§ **EXERCISE**
Repeat only the stretch of lines below that runs from the line with "98.817083904), (10, 86.926693254))" through the line with "# 草图3 → 切除-拉伸1 (cut, through all)", unaltered.

§ **RECORDS FOR THIS TASK**
--------------------

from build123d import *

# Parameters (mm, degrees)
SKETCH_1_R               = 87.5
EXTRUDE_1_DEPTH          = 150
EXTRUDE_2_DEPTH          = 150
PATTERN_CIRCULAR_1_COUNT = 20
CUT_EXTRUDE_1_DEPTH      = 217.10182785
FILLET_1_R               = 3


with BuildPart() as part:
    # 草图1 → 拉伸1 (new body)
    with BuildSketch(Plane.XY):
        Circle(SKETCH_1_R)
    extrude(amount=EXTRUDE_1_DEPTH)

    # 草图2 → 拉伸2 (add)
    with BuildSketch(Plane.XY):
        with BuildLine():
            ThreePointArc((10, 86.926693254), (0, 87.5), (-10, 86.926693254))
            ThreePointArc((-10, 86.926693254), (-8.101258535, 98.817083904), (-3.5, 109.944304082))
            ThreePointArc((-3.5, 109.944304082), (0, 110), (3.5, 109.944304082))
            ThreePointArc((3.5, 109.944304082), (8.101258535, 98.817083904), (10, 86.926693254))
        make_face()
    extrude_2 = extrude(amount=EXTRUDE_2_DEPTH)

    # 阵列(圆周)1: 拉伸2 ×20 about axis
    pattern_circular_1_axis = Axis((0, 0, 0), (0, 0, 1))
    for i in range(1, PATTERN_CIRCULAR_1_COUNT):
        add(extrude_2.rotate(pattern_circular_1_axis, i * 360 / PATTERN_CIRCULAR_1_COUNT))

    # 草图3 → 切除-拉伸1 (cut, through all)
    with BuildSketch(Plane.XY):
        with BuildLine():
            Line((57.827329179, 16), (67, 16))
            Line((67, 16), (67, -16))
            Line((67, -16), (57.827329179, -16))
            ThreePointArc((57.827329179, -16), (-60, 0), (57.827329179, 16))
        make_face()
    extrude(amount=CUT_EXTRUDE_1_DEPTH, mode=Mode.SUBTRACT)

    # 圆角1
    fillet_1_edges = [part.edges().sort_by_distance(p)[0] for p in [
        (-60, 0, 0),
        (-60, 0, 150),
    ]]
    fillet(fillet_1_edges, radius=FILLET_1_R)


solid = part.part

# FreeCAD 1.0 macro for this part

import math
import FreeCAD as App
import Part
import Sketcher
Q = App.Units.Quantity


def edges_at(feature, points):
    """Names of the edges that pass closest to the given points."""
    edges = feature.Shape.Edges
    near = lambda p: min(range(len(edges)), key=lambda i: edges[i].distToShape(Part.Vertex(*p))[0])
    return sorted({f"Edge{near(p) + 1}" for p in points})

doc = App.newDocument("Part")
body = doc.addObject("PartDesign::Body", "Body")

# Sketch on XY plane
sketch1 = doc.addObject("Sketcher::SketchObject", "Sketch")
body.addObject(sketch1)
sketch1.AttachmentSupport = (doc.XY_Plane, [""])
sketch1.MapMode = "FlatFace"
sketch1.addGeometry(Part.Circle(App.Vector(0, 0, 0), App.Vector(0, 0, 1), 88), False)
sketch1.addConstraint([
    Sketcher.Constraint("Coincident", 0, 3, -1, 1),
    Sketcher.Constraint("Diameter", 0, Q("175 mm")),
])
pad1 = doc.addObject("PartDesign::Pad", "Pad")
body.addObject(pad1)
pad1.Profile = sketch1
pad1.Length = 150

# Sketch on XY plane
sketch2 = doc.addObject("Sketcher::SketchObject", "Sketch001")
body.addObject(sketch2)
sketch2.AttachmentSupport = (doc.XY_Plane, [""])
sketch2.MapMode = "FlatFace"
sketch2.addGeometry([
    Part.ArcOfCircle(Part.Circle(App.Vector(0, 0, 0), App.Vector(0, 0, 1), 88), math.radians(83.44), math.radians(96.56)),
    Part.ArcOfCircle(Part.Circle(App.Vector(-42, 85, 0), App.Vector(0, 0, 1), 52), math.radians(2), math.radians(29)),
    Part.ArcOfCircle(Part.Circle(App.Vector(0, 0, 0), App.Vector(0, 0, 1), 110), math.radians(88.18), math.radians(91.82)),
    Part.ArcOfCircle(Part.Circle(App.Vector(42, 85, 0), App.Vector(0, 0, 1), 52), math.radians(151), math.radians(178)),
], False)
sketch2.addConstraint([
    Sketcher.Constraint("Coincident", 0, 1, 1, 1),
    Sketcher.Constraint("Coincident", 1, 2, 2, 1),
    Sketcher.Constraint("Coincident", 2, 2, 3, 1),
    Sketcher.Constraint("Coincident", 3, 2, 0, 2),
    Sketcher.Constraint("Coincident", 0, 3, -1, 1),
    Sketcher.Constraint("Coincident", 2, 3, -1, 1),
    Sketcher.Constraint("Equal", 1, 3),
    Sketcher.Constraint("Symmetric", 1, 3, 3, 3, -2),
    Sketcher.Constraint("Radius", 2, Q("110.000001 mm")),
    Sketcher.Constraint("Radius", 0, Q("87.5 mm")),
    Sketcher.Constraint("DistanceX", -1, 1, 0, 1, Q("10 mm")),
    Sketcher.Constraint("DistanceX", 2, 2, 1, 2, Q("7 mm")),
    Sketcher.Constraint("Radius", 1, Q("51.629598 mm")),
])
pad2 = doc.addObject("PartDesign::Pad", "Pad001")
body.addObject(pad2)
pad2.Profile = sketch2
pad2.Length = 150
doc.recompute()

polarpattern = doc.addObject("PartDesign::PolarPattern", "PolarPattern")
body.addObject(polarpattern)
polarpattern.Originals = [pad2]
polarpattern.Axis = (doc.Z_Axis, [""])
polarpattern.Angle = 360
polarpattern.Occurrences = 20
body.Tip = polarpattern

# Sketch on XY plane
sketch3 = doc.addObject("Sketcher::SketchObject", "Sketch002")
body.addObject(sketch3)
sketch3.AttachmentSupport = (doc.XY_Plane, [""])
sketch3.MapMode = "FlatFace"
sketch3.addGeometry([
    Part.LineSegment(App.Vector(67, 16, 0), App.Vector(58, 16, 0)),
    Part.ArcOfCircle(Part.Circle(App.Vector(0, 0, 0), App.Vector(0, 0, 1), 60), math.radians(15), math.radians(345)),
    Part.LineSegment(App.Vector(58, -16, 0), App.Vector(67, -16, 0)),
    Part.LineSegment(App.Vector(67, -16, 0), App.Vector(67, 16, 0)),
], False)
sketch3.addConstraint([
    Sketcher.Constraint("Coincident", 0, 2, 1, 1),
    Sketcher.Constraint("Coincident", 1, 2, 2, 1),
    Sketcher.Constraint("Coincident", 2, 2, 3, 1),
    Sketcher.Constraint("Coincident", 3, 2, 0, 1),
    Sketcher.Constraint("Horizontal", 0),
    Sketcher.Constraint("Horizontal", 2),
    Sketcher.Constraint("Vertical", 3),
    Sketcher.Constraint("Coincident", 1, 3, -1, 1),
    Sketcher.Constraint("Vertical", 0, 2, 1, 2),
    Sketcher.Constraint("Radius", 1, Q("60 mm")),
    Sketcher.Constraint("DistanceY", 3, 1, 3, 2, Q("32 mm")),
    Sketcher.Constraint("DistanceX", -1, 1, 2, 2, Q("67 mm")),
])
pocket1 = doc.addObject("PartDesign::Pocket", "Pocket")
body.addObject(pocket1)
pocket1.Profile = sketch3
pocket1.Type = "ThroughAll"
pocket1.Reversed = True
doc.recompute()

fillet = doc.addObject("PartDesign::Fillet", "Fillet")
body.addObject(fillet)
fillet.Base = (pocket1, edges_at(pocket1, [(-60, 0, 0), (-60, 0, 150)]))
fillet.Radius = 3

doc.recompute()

--------------------

§ **SOLUTION FOR THIS TASK**
            ThreePointArc((3.5, 109.944304082), (8.101258535, 98.817083904), (10, 86.926693254))
        make_face()
    extrude_2 = extrude(amount=EXTRUDE_2_DEPTH)

    # 阵列(圆周)1: 拉伸2 ×20 about axis
    pattern_circular_1_axis = Axis((0, 0, 0), (0, 0, 1))
    for i in range(1, PATTERN_CIRCULAR_1_COUNT):
        add(extrude_2.rotate(pattern_circular_1_axis, i * 360 / PATTERN_CIRCULAR_1_COUNT))

    # 草图3 → 切除-拉伸1 (cut, through all)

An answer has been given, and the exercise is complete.